**Exercise directions:** In the records that follow, the lines from the one containing "f 481 478 615" to the one containing "f 499 496 631", inclusive, are to be given again exactly.

**** Data for analysis ****

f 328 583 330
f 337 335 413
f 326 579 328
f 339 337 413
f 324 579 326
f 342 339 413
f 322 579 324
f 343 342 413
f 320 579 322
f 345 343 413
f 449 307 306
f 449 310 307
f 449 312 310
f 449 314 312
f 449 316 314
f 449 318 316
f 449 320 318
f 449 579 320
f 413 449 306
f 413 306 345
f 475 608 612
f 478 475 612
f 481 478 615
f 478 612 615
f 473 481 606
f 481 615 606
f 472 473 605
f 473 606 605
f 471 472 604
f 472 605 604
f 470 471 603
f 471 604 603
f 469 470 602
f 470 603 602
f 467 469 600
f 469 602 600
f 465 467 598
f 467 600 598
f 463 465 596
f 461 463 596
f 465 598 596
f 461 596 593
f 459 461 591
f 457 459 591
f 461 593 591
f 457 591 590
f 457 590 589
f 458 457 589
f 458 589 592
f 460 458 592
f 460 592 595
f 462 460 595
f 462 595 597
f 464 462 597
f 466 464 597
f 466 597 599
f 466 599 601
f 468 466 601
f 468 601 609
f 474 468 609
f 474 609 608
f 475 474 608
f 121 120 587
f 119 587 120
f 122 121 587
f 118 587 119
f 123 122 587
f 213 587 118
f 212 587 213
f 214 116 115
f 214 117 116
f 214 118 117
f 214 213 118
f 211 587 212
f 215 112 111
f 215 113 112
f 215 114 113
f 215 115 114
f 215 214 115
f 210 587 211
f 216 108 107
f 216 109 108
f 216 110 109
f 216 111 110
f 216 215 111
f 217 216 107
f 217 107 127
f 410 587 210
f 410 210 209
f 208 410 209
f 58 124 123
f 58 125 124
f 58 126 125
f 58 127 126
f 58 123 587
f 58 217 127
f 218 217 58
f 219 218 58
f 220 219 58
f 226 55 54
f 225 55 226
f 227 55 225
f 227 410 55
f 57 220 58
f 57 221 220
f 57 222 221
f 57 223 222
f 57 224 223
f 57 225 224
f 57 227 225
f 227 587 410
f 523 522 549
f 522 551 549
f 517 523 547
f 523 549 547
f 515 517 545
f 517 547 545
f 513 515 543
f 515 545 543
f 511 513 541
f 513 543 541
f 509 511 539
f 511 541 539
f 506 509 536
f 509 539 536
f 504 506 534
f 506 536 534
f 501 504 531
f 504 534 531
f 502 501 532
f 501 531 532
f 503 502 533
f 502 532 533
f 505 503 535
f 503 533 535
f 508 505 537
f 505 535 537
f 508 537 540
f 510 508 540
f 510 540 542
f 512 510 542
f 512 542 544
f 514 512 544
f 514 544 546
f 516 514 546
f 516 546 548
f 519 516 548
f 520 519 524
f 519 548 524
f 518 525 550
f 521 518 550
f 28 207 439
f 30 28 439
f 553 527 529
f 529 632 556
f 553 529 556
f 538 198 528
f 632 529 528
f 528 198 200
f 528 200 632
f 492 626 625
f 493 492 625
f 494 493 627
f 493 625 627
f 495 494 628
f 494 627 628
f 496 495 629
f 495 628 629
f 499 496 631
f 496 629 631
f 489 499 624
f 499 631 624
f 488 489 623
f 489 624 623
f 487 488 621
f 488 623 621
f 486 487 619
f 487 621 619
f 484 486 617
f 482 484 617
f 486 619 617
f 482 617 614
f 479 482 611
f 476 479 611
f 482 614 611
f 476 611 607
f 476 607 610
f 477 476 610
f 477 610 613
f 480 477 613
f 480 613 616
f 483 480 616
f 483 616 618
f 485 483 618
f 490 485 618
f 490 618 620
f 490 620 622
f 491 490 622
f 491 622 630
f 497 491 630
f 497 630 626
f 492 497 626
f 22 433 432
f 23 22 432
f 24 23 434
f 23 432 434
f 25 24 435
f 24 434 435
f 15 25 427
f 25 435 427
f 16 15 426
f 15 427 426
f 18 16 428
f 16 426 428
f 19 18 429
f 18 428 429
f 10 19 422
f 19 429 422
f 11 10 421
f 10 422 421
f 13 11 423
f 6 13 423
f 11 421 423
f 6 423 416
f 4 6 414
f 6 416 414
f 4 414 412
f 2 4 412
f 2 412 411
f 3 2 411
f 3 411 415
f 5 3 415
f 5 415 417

****

**Solution:**
f 481 478 615
f 478 612 615
f 473 481 606
f 481 615 606
f 472 473 605
f 473 606 605
f 471 472 604
f 472 605 604
f 470 471 603
f 471 604 603
f 469 470 602
f 470 603 602
f 467 469 600
f 469 602 600
f 465 467 598
f 467 600 598
f 463 465 596
f 461 463 596
f 465 598 596
f 461 596 593
f 459 461 591
f 457 459 591
f 461 593 591
f 457 591 590
f 457 590 589
f 458 457 589
f 458 589 592
f 460 458 592
f 460 592 595
f 462 460 595
f 462 595 597
f 464 462 597
f 466 464 597
f 466 597 599
f 466 599 601
f 468 466 601
f 468 601 609
f 474 468 609
f 474 609 608
f 475 474 608
f 121 120 587
f 119 587 120
f 122 121 587
f 118 587 119
f 123 122 587
f 213 587 118
f 212 587 213
f 214 116 115
f 214 117 116
f 214 118 117
f 214 213 118
f 211 587 212
f 215 112 111
f 215 113 112
f 215 114 113
f 215 115 114
f 215 214 115
f 210 587 211
f 216 108 107
f 216 109 108
f 216 110 109
f 216 111 110
f 216 215 111
f 217 216 107
f 217 107 127
f 410 587 210
f 410 210 209
f 208 410 209
f 58 124 123
f 58 125 124
f 58 126 125
f 58 127 126
f 58 123 587
f 58 217 127
f 218 217 58
f 219 218 58
f 220 219 58
f 226 55 54
f 225 55 226
f 227 55 225
f 227 410 55
f 57 220 58
f 57 221 220
f 57 222 221
f 57 223 222
f 57 224 223
f 57 225 224
f 57 227 225
f 227 587 410
f 523 522 549
f 522 551 549
f 517 523 547
f 523 549 547
f 515 517 545
f 517 547 545
f 513 515 543
f 515 545 543
f 511 513 541
f 513 543 541
f 509 511 539
f 511 541 539
f 506 509 536
f 509 539 536
f 504 506 534
f 506 536 534
f 501 504 531
f 504 534 531
f 502 501 532
f 501 531 532
f 503 502 533
f 502 532 533
f 505 503 535
f 503 533 535
f 508 505 537
f 505 535 537
f 508 537 540
f 510 508 540
f 510 540 542
f 512 510 542
f 512 542 544
f 514 512 544
f 514 544 546
f 516 514 546
f 516 546 548
f 519 516 548
f 520 519 524
f 519 548 524
f 518 525 550
f 521 518 550
f 28 207 439
f 30 28 439
f 553 527 529
f 529 632 556
f 553 529 556
f 538 198 528
f 632 529 528
f 528 198 200
f 528 200 632
f 492 626 625
f 493 492 625
f 494 493 627
f 493 625 627
f 495 494 628
f 494 627 628
f 496 495 629
f 495 628 629
f 499 496 631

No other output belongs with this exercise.